In the 1980s, this cognitive praxis was decomposed largely into a disparate cluster of organizations and individuals, through processes of professionalization and fragmentation. The knowledge interests of the environmental movement were transformed into various kinds of professional expertise, which made it possible to incorporate parts of the movement into the established political culture, and to shift at least some of the members of the movement from outsider to insider status. Some of the alternative technical projects proved commercially viable—biological agriculture, wind energy plants, waste recycling—and gave rise to a more institutionalized form of environmental politics, science, and technology (Hajer 1995).

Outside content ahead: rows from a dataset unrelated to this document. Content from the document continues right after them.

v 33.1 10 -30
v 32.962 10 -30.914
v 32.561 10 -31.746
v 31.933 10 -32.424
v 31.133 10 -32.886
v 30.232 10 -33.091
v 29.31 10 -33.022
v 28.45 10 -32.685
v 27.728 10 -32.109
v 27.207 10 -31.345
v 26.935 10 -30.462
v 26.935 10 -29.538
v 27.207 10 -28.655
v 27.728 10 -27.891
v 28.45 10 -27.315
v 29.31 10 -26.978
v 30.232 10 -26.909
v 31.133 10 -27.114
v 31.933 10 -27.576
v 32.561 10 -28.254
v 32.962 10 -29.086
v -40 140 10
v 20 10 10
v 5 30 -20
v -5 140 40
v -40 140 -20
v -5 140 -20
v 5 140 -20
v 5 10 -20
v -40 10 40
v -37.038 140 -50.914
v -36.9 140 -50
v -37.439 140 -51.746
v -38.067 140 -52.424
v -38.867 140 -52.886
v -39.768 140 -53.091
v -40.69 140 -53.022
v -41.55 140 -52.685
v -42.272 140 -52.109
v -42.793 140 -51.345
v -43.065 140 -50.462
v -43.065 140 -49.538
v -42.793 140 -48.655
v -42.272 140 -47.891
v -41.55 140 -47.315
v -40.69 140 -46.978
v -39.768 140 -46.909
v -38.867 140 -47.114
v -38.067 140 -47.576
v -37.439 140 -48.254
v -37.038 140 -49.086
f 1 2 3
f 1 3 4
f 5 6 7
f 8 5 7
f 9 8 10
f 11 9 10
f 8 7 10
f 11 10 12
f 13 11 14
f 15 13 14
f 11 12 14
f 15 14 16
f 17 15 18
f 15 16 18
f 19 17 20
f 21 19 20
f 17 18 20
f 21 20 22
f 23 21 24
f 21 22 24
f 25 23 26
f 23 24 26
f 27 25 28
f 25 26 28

Similar processes can be identified in relation to other social movements of recent decades (Rose 1994). The political struggles for civil rights, women’s and sexual liberation, and ethnic and national identity have inspired new approaches to knowledge that have since been institutionalized and transformed into established scientific fields, such as women’s studies, gay and lesbian studies, African-American studies, as well as in new areas of medicine and technology.

At the same time, science itself has been reconstituted, partly as a result of the critical perspectives and cognitive challenges posed by social movements. Many of the postmodern theories of the cultural and human sciences have been inspired by the experiences of social and political movements. Out of the alternative public spaces that have been created by social and political movements has emerged a new kind of scientific pluralism, in terms of organization, worldview assumptions, and technical application. In the transformations of movements into institutions, a significant channel of cognitive and cultural change can thus be identified. It may be hoped, in conclusion, that these interactions between science and social movements will receive more substantial academic attention in the future.